# springtails thrive in vivarium with frogs only



## Rain_Frog (Apr 27, 2004)

I've had this problem with one type of springtail. I have "black jungle tropical springtails" but for some reason, they culture poorly isolated from frogs.

I'm not joking either-- every time I culture them in a container and keep their substrate moist and feed them, they don't explode like they do in my mantella tanks. They even have gotten into tanks I never seeded like my firebellied toad's tank.

This is frustrating because I need to setup mantella froglet bins in advance, but I have not been successful getting seeded froglet bins to "explode" like in an adult mantella enclosure.

Any suggestions? Could the frogs' poop and the spilled supplement powder be contributing? One thing that is true is that I always use a lot of leaf litter but the firebellied toad tank does not have leaf litter and I see these springtails floating on the water all the time.

However, in froglet bins that I setup with leaf litter nothing happens-- weeks in advance before froglets are introduced.


----------



## earthfrog (May 18, 2008)

Mine have an easier time 'booming' in a larger tank, and I do think they are feeding on frog poop and decaying matter, which makes them really take off. A tiny piece of banana wouldn't hurt them, either. That's supposed to increase production. 

I think the reason for the lack of take-off in the froglet setup is that weeks aren't enough to really get a good bit of mold/decay going with the leaves/waste/substrate in their ecosystem. It's probably going to be more like months before it's developed enough to sustain them without your feeding them in the froglet tank. 

It seems in the smaller box you get with them during shipping, the carbon dioxide buildup from the food you put in there slows them down considerably. Cracking the lid a few hours after first putting it in, then twice a day after that seems to boost production in a smaller box, let's say about 4 X 4.


----------



## Rain_Frog (Apr 27, 2004)

Do you think the plants in the vivarium are the main contributors? Froglet containers usually just have clippings of plants while established vivariums have the initial coco peat, sphagnum, and clay soil that is mostly decaying leaf litter, frog waste, minerals from spilled supplements, and dead plant matter as time goes on. Adult mantellas-- at least mine-- rarely consume springtails and are mostly interested in larger prey. But even my tinc tank has quite a good springtail population if you dig a little deeper. I would try putting froglets directly on springtail colonies with charcoal and sphagnum moss and that didn't help much at all.

Could the plant roots be helping to eliminate the springtail chemicals that limit production?


----------



## earthfrog (May 18, 2008)

Rain_Frog said:


> Do you think the plants in the vivarium are the main contributors? Froglet containers usually just have clippings of plants while established vivariums have the initial coco peat, sphagnum, and clay soil that is mostly decaying leaf litter, frog waste, minerals from spilled supplements, and dead plant matter as time goes on. Adult mantellas-- at least mine-- rarely consume springtails and are mostly interested in larger prey. But even my tinc tank has quite a good springtail population if you dig a little deeper. I would try putting froglets directly on springtail colonies with charcoal and sphagnum moss and that didn't help much at all.
> 
> Could the plant roots be helping to eliminate the springtail chemicals that limit production?
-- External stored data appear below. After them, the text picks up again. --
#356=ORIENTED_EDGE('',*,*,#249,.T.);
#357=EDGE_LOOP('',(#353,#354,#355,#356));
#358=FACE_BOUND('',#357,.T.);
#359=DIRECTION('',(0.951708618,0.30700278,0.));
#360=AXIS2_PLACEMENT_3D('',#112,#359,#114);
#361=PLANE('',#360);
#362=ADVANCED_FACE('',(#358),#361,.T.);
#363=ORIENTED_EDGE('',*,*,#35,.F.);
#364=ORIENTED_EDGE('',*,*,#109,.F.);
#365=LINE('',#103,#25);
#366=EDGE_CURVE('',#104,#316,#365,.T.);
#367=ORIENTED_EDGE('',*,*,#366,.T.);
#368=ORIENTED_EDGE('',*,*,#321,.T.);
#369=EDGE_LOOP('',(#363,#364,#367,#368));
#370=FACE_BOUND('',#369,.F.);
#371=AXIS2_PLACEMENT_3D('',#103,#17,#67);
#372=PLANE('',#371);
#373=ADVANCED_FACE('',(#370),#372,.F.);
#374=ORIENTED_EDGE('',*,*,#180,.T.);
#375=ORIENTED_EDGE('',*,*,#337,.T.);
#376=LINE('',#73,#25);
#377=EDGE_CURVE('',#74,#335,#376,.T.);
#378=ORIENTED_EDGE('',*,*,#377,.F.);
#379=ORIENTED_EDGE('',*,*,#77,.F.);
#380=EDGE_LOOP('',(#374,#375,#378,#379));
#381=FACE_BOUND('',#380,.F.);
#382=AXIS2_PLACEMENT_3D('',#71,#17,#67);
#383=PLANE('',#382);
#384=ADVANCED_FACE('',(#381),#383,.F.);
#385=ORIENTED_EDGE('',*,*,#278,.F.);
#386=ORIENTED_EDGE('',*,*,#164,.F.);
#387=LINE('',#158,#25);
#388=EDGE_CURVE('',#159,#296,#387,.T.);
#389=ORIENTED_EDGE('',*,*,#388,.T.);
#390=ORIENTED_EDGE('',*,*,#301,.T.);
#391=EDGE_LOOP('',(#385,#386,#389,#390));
Yeah, the plants will definitely filter out hormones/chemicals that inhibit growth and production (I'm not sure on springtails, but I've read of this with multiple tadpoles in one enclosure and algae in the mix). 
They seem to rely a lot on the leaves not only for hiding places but for food sources---I think that having leaves on the brink of total decomposition is a key factor here, as well as mold. I've noticed the isopods really thrive on vitamin powder---the springs, not so much. I fed them with it and it did not seem to increase production at all---it was likely causing their decline. I had to wash it out. 
I get a pretty good turnout with enriched cornmeal. I did yeast, and maybe it works well for some, but not so well for me.


----------



## poison beauties (Mar 1, 2010)

try mixing shredded leaf litter into your media. I have not had truoble keeping froglet bins or vivs seeded. You should also consider mixing clay into it as it have proven beneficial for the micro fauna for me and a few others who have tried it. Check the ABG mix thread it talks about it. 
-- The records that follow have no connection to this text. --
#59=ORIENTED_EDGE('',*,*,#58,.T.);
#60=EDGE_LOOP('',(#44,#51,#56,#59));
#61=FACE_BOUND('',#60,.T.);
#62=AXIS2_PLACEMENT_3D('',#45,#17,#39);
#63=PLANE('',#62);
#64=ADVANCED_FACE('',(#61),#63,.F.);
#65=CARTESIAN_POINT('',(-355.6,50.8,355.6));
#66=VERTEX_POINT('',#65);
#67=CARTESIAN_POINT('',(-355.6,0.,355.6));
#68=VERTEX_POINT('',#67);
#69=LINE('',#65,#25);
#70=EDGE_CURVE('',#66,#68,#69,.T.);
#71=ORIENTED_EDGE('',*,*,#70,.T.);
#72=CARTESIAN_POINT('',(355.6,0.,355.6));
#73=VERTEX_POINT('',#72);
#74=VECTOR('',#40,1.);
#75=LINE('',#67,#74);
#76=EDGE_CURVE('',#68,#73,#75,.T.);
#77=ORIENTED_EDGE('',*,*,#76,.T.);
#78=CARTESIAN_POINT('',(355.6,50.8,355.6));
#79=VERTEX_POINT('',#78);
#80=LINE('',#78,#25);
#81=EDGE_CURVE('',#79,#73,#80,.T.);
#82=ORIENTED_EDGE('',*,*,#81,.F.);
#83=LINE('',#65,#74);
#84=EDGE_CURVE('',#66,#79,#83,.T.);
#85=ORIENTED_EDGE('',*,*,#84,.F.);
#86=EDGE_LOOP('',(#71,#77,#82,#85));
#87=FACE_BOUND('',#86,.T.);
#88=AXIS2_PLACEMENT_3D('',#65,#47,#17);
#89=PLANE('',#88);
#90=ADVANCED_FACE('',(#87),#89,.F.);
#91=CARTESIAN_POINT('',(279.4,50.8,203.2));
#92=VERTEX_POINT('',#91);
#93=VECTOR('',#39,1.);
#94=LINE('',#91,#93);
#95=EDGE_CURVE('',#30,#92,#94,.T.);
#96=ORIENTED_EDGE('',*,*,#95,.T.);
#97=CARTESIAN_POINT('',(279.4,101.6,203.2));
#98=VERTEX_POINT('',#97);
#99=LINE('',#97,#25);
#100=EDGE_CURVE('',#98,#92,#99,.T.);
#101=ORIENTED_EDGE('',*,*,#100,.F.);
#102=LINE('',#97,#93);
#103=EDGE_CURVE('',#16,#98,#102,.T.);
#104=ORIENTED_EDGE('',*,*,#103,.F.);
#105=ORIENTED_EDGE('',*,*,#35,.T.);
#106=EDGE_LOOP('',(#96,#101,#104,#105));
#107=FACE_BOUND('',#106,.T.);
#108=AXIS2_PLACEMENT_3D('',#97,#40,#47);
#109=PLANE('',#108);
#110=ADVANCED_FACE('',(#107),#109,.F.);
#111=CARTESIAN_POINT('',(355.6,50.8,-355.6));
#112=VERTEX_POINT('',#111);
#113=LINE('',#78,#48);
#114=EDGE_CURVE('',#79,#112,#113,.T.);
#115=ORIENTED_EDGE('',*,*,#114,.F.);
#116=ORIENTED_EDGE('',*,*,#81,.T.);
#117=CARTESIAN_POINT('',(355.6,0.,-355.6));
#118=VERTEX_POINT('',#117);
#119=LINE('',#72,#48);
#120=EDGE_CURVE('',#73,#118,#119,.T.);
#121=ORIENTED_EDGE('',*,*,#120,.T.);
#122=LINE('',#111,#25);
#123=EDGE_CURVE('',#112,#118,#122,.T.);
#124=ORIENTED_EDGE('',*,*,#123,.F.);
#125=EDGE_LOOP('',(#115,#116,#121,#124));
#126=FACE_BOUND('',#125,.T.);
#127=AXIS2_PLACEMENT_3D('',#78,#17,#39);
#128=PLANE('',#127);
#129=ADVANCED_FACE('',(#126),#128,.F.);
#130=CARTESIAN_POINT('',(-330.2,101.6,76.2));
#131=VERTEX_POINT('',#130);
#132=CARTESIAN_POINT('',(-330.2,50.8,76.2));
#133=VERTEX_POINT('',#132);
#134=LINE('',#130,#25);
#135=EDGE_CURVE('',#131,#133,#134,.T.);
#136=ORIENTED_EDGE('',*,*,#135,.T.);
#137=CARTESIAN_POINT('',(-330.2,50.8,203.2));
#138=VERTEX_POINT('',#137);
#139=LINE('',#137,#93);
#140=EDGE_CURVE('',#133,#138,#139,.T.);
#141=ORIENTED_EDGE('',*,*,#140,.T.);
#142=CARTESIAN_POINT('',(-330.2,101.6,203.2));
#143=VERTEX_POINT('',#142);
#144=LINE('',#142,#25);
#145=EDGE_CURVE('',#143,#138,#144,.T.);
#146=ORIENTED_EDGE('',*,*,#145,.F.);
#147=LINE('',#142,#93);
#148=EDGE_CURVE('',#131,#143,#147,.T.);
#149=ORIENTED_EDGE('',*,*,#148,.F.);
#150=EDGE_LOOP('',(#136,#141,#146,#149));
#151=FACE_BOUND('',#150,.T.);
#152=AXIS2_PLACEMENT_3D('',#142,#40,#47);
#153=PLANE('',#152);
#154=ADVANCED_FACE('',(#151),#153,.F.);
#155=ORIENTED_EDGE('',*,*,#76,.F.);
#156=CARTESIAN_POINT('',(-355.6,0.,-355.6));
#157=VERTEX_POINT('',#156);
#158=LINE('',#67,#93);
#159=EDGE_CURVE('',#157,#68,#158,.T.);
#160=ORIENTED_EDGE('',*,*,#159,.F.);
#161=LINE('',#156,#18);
I also feed the springs in the uninhabited viv's. I just dice up shrooms and toss them in once a week or two.

Iso's thrive on diced mango, potato and cucumber for me. That is all I offer them.
Michael


----------



## tim13 (Feb 1, 2011)

why not just take out whatever is in your main adult mantella tank and add it to your small froglet containers? A portion of the substrate lost in your main tank and replaced with new of the same kind couldn't hurt much i would think. Especially if done in moderation. Then you would have springtail ready substrate complete with all the aged wastes and fungus of your main tank. It shouldn't take long for the established tank to convert the new substrate added to replace what was taken either. Just a thought.


----------



## TDK (Oct 6, 2007)

I had some luck breeding sprintails by throwing in mushrooms in the blender with some R/O water and spooning this in the tanks in small amounts. Watery to runny. Also bannana peels seem to work as well as they decay fast as the mushrooms do.


----------



## ChrisK (Oct 28, 2008)

Do you keep them in the same container you got them in? If so transfer them to a larger container with more substrate (peat moss/coco fiber works good for me, peat moss the best).

How moist are you keeping them? I found out that they crash in culturing containers if they're too wet -


----------



## DartAsylum (Feb 17, 2011)

i had mine for ages in charcoal and water in shoebox size bins. like a lot of the "how to videos" show.
after a year barely any production at all. 

i moved them into a large under bed type box with eco earth crushed leaf litter and the original charcoal. the explosion in 2 weeks was unreal!!

i think they need more space and they seem to multiply faster in sub strait rather than plain charcoal.

i also feed mine fresh mushrooms and fish flakes. 

i made this huge culture about a month ago and now i need to split it. there's that many! i open the box and all i can see is millions and millions of tiny white things . pick up any leaf and there is like 100 on it.


----------



## Rain_Frog (Apr 27, 2004)

> why not just take out whatever is in your main adult mantella tank and add it to your small froglet containers? A portion of the substrate lost in your main tank and replaced with new of the same kind couldn't hurt much i would think. Especially if done in moderation. Then you would have springtail ready substrate complete with all the aged wastes and fungus of your main tank. It shouldn't take long for the established tank to convert the new substrate added to replace what was taken either. Just a thought.


That's what I do-- but they never get established. Which is why I'm considering putting some of my adult mantellas in a temporary bin (ones that I'm not breeding this season) and then move them to more permanent setups and let the froglets have the adults' former container.


----------



## tim13 (Feb 1, 2011)

what about your other variables? photoperiod, temp, humidity? have you tried different containers in case its something in the makeup of the container?


----------